======== RECORD EXCERPTS ========
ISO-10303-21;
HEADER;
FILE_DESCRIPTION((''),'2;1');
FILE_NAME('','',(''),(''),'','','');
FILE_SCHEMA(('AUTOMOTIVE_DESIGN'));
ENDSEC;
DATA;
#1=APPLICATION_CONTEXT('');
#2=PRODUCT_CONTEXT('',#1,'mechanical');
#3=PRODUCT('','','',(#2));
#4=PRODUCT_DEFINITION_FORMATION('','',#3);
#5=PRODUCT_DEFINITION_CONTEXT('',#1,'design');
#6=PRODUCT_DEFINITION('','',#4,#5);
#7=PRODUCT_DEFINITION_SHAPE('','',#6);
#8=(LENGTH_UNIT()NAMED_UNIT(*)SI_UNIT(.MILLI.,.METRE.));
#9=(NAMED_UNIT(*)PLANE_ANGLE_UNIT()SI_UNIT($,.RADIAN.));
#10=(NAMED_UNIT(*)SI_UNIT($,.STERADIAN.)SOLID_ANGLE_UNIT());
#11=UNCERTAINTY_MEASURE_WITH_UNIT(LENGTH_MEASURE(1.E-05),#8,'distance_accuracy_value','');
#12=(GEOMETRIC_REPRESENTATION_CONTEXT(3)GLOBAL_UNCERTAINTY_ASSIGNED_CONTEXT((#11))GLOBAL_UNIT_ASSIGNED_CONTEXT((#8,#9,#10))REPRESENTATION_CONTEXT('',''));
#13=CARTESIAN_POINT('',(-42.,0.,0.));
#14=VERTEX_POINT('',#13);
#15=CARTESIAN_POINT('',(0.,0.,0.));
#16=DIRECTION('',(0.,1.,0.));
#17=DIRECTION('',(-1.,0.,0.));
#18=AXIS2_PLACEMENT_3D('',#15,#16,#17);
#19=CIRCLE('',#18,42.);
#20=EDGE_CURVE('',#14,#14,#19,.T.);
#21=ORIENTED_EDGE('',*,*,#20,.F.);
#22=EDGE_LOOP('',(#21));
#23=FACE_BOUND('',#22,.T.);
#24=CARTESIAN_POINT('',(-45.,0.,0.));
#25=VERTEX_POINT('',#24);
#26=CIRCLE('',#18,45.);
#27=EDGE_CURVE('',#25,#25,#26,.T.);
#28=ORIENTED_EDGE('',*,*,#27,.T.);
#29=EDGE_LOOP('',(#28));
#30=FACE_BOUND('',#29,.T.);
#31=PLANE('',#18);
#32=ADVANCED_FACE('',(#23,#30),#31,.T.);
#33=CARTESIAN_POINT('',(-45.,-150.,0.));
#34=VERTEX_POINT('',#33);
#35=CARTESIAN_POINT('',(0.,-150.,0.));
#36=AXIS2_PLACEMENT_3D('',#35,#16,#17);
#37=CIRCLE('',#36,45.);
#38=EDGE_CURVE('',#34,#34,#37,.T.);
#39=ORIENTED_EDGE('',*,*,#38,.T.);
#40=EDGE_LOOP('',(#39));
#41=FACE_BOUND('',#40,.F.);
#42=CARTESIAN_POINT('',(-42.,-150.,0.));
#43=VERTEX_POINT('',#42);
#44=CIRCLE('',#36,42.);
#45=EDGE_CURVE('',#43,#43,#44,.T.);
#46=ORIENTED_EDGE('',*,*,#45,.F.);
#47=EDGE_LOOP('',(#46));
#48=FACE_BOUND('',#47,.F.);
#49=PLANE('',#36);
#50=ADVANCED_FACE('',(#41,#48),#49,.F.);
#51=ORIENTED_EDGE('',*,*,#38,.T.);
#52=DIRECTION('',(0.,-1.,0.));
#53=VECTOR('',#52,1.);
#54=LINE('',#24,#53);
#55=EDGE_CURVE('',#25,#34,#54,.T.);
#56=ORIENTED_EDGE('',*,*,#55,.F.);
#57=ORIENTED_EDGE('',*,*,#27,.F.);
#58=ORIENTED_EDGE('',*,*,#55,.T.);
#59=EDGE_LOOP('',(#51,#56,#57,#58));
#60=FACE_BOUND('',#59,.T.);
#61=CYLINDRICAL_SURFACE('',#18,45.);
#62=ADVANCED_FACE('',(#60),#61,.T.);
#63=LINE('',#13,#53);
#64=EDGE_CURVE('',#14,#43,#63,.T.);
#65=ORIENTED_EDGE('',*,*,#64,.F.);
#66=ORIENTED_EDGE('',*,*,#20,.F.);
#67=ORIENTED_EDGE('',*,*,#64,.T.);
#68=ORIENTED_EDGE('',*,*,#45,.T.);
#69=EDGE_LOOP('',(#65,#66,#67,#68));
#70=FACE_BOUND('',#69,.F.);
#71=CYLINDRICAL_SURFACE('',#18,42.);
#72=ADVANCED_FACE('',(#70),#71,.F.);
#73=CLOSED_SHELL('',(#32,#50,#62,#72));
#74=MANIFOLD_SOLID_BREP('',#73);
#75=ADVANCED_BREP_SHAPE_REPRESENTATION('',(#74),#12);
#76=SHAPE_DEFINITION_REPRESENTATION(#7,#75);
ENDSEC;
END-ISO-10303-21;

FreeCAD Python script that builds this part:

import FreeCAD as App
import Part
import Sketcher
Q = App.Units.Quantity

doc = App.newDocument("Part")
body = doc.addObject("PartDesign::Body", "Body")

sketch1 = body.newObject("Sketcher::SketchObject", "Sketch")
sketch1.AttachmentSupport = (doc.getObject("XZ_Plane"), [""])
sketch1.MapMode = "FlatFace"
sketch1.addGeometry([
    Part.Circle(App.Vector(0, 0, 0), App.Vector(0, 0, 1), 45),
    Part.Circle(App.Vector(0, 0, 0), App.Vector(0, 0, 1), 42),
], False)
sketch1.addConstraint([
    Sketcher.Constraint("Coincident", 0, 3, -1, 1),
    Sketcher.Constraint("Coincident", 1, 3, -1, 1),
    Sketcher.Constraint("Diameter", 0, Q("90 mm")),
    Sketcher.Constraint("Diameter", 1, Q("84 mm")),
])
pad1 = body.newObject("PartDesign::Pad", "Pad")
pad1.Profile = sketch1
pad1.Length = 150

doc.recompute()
========
======== RECORD EXCERPTS ========
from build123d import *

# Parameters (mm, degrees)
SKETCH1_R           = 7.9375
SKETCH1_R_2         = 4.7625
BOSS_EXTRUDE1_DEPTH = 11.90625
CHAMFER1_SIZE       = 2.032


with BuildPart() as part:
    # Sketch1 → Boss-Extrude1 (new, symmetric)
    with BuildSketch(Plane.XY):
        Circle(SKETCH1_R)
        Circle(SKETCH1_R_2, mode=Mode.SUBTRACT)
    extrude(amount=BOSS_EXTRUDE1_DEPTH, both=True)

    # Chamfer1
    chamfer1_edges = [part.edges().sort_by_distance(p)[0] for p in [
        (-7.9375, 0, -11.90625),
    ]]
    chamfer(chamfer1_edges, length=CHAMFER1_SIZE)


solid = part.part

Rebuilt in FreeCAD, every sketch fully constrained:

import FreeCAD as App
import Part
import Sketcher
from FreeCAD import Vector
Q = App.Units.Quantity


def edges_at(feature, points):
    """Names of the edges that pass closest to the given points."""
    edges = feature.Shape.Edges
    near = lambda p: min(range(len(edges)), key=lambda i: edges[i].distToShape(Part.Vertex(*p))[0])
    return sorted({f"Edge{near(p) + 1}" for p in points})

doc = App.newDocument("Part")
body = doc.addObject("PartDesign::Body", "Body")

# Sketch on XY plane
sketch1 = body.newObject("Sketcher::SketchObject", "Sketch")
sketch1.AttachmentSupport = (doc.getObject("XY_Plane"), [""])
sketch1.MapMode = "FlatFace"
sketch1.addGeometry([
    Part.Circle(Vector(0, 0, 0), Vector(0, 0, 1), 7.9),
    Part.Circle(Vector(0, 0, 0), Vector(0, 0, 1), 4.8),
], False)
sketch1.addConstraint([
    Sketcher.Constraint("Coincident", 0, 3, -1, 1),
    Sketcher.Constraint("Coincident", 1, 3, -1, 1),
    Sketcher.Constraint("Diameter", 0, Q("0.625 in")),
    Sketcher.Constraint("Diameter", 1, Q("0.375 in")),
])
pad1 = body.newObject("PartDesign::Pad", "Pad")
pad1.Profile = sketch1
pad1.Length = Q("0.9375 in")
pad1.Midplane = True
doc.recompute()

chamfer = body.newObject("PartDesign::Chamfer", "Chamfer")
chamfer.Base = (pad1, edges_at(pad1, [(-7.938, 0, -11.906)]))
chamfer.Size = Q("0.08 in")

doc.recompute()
========
======== RECORD EXCERPTS ========
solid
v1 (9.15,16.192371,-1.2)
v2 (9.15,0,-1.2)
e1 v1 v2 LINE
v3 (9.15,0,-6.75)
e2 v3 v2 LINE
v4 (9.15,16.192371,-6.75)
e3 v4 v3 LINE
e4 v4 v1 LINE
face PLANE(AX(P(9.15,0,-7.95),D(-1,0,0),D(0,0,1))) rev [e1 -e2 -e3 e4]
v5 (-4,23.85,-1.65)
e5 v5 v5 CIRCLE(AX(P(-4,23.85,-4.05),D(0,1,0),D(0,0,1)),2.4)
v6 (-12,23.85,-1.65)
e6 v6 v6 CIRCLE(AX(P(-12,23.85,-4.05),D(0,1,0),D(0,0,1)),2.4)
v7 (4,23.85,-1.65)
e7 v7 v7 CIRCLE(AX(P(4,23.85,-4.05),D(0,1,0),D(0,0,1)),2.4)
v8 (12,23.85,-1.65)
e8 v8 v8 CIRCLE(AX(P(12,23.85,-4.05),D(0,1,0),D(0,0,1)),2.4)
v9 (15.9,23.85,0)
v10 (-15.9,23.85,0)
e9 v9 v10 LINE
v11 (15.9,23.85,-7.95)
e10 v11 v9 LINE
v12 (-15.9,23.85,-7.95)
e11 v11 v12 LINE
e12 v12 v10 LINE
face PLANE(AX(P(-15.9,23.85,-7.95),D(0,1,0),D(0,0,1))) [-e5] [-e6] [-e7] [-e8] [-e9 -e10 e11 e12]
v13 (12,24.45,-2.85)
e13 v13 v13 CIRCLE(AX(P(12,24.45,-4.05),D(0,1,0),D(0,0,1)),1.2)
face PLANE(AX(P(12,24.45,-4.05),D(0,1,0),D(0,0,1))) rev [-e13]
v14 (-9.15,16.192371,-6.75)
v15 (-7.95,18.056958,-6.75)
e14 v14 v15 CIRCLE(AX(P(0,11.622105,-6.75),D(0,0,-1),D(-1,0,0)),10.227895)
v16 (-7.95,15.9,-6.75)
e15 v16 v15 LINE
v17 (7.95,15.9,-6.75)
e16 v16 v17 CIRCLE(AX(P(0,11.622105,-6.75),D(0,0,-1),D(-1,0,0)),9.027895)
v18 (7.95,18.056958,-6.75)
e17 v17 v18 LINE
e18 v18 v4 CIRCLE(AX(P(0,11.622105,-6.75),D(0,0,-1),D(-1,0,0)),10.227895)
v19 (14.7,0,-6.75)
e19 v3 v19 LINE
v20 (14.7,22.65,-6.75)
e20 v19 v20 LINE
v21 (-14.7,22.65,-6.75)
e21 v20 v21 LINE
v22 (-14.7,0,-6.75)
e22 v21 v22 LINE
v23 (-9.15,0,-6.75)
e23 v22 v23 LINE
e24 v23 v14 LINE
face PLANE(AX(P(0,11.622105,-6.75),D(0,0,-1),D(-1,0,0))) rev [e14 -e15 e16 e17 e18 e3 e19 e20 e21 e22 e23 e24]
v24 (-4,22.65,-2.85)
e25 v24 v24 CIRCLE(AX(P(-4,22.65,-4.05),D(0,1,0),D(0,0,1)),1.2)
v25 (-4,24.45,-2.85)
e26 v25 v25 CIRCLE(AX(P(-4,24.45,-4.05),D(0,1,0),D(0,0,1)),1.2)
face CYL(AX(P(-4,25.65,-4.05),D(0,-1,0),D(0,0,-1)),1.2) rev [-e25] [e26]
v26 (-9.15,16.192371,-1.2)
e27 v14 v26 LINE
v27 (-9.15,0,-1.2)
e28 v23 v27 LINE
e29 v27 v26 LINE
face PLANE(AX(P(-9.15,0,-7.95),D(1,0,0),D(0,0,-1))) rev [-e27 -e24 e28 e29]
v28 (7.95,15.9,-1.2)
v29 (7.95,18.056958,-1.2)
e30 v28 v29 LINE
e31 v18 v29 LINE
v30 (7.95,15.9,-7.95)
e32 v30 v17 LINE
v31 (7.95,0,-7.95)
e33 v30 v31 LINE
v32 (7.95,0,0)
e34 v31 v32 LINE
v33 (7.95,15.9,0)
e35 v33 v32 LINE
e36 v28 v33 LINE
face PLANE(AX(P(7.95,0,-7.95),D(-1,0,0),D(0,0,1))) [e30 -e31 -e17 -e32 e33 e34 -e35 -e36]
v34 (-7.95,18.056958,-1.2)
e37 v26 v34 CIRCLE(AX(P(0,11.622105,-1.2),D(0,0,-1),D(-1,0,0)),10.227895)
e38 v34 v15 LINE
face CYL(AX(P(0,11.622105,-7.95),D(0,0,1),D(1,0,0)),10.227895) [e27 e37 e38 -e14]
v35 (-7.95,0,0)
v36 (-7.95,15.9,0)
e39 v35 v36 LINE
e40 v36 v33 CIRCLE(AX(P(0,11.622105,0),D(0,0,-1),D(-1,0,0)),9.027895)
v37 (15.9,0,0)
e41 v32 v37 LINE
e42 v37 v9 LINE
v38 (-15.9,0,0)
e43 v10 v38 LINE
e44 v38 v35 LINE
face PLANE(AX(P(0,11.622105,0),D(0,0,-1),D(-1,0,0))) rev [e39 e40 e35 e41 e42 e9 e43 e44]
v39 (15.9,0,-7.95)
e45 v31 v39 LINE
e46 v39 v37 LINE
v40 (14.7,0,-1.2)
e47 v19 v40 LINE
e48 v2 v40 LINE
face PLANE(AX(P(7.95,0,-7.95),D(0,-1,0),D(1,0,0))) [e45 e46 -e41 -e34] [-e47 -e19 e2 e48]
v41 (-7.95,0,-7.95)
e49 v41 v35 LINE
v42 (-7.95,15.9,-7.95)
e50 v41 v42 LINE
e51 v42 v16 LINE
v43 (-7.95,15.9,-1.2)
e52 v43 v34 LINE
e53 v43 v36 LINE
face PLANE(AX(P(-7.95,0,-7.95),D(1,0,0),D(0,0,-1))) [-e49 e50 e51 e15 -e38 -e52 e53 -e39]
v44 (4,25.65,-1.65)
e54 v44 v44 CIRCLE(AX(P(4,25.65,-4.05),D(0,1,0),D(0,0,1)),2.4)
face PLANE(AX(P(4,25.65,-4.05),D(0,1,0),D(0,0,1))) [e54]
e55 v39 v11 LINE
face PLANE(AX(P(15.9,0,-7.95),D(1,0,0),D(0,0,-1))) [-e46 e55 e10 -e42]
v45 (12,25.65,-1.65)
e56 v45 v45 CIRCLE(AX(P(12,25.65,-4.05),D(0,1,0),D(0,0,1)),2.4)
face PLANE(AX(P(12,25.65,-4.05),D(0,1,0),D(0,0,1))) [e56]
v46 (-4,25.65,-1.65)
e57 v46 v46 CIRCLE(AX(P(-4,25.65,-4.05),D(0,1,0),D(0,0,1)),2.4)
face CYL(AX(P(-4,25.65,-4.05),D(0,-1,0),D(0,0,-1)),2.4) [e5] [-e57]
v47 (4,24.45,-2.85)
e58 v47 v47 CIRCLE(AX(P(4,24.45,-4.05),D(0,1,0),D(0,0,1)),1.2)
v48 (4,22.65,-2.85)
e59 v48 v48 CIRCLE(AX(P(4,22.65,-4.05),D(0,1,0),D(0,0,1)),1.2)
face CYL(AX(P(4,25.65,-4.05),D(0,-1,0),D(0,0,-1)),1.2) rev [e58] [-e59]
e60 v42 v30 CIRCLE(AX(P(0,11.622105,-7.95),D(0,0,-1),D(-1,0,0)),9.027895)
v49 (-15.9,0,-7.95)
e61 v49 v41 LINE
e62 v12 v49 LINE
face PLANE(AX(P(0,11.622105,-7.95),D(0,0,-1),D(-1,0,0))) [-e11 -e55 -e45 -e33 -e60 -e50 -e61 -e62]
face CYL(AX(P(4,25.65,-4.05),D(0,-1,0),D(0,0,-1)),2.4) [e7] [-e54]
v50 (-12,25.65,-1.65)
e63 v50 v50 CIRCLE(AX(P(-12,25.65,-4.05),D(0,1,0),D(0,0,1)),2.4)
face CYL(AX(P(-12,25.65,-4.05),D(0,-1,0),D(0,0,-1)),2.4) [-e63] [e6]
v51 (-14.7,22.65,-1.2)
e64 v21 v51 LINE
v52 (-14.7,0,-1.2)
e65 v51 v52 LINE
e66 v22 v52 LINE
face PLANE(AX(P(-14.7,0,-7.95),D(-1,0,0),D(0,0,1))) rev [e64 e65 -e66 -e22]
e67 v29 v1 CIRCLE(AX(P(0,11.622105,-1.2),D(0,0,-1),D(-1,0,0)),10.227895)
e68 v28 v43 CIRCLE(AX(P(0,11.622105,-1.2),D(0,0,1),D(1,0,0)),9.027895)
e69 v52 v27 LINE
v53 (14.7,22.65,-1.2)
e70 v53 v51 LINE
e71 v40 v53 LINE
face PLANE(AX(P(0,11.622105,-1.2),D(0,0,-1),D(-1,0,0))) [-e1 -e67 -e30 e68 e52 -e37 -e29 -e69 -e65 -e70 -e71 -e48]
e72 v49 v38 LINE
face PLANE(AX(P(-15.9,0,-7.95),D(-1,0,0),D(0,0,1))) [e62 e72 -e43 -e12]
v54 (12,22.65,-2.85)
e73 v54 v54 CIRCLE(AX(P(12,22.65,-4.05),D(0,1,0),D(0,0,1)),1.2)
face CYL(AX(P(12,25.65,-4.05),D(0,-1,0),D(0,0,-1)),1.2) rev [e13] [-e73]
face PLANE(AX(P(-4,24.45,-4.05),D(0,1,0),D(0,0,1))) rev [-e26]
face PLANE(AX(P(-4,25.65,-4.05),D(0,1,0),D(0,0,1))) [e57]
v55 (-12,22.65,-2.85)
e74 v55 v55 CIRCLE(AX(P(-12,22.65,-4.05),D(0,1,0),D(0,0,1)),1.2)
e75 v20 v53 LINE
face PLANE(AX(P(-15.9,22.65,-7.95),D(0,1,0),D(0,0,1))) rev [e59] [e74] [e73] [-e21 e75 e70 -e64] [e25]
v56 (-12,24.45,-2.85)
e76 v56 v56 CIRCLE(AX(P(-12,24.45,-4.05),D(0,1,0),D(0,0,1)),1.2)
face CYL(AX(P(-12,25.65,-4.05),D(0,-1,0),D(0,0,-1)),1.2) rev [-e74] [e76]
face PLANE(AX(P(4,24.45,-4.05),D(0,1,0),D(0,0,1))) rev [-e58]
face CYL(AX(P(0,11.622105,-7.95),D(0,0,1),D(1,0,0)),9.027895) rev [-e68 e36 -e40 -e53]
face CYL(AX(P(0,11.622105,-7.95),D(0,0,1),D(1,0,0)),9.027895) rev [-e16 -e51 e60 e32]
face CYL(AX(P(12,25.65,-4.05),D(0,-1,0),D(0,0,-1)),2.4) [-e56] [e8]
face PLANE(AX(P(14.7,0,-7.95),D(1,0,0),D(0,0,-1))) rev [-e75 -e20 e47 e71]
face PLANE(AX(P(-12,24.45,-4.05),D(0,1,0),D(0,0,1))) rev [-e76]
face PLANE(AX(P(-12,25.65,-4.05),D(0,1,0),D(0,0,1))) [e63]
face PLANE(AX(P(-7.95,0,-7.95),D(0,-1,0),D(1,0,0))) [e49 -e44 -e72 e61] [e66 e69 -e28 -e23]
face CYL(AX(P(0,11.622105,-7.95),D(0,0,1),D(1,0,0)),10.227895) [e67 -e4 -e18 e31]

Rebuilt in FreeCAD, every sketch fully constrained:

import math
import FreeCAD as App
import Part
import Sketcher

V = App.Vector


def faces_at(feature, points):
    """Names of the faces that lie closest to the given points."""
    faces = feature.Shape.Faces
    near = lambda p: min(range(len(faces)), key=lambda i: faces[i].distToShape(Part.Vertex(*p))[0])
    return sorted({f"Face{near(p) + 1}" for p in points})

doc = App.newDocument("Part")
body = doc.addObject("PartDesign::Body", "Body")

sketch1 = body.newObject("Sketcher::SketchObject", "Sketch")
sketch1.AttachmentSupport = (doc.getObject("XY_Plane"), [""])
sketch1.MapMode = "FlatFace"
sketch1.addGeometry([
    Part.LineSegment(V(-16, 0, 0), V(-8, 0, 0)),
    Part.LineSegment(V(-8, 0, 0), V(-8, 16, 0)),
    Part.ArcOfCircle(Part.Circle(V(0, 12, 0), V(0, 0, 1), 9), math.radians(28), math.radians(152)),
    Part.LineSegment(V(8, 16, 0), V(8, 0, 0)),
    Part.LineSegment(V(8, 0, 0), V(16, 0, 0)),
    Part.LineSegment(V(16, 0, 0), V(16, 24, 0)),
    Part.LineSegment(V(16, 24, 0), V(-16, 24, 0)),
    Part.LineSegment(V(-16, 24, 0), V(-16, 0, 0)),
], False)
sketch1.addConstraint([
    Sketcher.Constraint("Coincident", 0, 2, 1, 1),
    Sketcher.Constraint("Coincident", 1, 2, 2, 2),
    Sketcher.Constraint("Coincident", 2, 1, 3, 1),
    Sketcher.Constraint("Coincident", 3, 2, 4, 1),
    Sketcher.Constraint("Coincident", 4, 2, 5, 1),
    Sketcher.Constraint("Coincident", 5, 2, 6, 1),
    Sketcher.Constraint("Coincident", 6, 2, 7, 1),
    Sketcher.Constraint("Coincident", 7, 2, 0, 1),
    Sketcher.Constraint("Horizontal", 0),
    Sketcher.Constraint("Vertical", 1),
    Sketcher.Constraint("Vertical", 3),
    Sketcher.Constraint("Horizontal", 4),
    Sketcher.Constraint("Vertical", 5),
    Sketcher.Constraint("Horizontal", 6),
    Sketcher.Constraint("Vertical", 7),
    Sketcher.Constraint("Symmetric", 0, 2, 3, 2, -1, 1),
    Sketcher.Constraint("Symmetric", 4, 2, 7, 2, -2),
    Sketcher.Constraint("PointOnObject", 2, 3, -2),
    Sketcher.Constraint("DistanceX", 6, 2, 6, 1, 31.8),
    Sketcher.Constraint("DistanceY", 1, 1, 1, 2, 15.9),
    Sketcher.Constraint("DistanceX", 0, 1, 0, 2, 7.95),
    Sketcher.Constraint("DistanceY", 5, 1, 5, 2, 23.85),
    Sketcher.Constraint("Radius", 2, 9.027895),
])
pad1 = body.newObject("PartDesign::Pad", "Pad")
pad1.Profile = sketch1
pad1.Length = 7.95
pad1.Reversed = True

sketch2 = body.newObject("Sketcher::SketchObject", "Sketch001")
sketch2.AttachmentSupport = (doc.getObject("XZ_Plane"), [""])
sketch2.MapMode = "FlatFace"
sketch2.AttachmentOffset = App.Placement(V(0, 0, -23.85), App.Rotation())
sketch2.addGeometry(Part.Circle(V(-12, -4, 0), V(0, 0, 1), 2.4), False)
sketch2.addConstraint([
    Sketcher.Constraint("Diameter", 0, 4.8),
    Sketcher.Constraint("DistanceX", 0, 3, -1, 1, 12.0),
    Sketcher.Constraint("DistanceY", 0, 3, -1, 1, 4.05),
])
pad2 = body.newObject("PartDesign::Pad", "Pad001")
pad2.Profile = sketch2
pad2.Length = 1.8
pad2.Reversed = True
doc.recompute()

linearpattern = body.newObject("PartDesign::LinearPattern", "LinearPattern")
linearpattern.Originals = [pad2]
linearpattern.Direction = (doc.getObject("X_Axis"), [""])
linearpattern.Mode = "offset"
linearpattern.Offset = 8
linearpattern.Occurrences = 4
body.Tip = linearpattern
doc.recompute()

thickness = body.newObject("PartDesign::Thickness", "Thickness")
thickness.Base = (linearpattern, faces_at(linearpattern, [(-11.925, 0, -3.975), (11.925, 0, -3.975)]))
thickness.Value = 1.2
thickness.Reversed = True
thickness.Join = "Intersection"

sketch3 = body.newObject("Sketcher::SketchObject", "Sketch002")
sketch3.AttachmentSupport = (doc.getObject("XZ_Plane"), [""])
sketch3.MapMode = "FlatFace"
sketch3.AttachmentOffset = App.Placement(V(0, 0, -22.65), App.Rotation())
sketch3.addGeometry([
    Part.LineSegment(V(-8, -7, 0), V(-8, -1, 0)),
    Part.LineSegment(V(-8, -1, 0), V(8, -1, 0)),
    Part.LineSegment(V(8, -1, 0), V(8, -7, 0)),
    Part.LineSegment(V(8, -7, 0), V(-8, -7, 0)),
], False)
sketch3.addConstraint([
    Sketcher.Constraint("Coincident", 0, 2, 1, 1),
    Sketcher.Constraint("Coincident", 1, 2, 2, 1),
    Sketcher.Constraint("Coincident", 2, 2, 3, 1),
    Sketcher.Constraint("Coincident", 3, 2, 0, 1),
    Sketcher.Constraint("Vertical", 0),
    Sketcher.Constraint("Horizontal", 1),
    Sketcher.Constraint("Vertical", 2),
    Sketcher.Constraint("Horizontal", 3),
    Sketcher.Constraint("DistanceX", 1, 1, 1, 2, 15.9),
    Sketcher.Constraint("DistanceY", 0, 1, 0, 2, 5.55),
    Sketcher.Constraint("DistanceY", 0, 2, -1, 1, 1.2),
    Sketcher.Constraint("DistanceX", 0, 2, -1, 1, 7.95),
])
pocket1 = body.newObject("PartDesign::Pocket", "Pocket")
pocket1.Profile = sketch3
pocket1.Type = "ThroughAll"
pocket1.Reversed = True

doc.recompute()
========
=== EXERCISE REQUIREMENTS ===
Copy out each line of the data above, exactly, if it lies between the line holding "face PLANE(AX(P(-15.9,23.85,-7.95),D(0,1,0),D(0,0,1))) [-e5]" and the line holding "v17 (7.95,15.9,-6.75)", inclusive; copy no other line.

=== WRITTEN ANSWER ===
face PLANE(AX(P(-15.9,23.85,-7.95),D(0,1,0),D(0,0,1))) [-e5] [-e6] [-e7] [-e8] [-e9 -e10 e11 e12]
v13 (12,24.45,-2.85)
e13 v13 v13 CIRCLE(AX(P(12,24.45,-4.05),D(0,1,0),D(0,0,1)),1.2)
face PLANE(AX(P(12,24.45,-4.05),D(0,1,0),D(0,0,1))) rev [-e13]
v14 (-9.15,16.192371,-6.75)
v15 (-7.95,18.056958,-6.75)
e14 v14 v15 CIRCLE(AX(P(0,11.622105,-6.75),D(0,0,-1),D(-1,0,0)),10.227895)
v16 (-7.95,15.9,-6.75)
e15 v16 v15 LINE
v17 (7.95,15.9,-6.75)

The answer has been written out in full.